> WORK ITEM
For each line below, return an exact copy.

Records excerpted from a collection
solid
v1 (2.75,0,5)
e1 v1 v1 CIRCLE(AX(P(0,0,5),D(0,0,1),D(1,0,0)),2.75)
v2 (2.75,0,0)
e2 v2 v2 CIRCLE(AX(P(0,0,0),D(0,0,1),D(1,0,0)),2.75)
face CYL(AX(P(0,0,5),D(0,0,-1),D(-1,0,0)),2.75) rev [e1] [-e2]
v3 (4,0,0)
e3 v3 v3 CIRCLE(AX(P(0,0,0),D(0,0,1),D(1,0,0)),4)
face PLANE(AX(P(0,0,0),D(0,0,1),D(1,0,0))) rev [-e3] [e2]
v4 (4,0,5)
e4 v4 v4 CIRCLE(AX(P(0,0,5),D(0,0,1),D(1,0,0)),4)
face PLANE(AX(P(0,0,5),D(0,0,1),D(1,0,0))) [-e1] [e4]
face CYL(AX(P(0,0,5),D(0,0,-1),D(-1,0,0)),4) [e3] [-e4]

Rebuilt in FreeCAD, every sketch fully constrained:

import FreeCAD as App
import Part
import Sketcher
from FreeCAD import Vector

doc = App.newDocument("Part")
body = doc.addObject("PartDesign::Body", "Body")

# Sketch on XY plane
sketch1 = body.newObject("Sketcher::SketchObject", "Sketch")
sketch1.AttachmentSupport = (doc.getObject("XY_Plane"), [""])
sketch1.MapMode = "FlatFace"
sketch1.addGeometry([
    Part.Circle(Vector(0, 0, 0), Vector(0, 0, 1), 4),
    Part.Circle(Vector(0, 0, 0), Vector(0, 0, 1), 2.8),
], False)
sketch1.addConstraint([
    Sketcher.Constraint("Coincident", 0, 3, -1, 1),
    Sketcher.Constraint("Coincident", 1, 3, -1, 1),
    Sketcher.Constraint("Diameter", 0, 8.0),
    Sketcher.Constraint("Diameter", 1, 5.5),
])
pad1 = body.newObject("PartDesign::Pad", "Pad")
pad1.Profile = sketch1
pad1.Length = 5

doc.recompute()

> TASK OUTPUT
solid
v1 (2.75,0,5)
e1 v1 v1 CIRCLE(AX(P(0,0,5),D(0,0,1),D(1,0,0)),2.75)
v2 (2.75,0,0)
e2 v2 v2 CIRCLE(AX(P(0,0,0),D(0,0,1),D(1,0,0)),2.75)
face CYL(AX(P(0,0,5),D(0,0,-1),D(-1,0,0)),2.75) rev [e1] [-e2]
v3 (4,0,0)
e3 v3 v3 CIRCLE(AX(P(0,0,0),D(0,0,1),D(1,0,0)),4)
face PLANE(AX(P(0,0,0),D(0,0,1),D(1,0,0))) rev [-e3] [e2]
v4 (4,0,5)
e4 v4 v4 CIRCLE(AX(P(0,0,5),D(0,0,1),D(1,0,0)),4)
face PLANE(AX(P(0,0,5),D(0,0,1),D(1,0,0))) [-e1] [e4]
face CYL(AX(P(0,0,5),D(0,0,-1),D(-1,0,0)),4) [e3] [-e4]

Rebuilt in FreeCAD, every sketch fully constrained:

import FreeCAD as App
import Part
import Sketcher
from FreeCAD import Vector

doc = App.newDocument("Part")
body = doc.addObject("PartDesign::Body", "Body")

# Sketch on XY plane
sketch1 = body.newObject("Sketcher::SketchObject", "Sketch")
sketch1.AttachmentSupport = (doc.getObject("XY_Plane"), [""])
sketch1.MapMode = "FlatFace"
sketch1.addGeometry([
    Part.Circle(Vector(0, 0, 0), Vector(0, 0, 1), 4),
    Part.Circle(Vector(0, 0, 0), Vector(0, 0, 1), 2.8),
], False)
sketch1.addConstraint([
    Sketcher.Constraint("Coincident", 0, 3, -1, 1),
    Sketcher.Constraint("Coincident", 1, 3, -1, 1),
    Sketcher.Constraint("Diameter", 0, 8.0),
    Sketcher.Constraint("Diameter", 1, 5.5),
])
pad1 = body.newObject("PartDesign::Pad", "Pad")
pad1.Profile = sketch1
pad1.Length = 5

doc.recompute()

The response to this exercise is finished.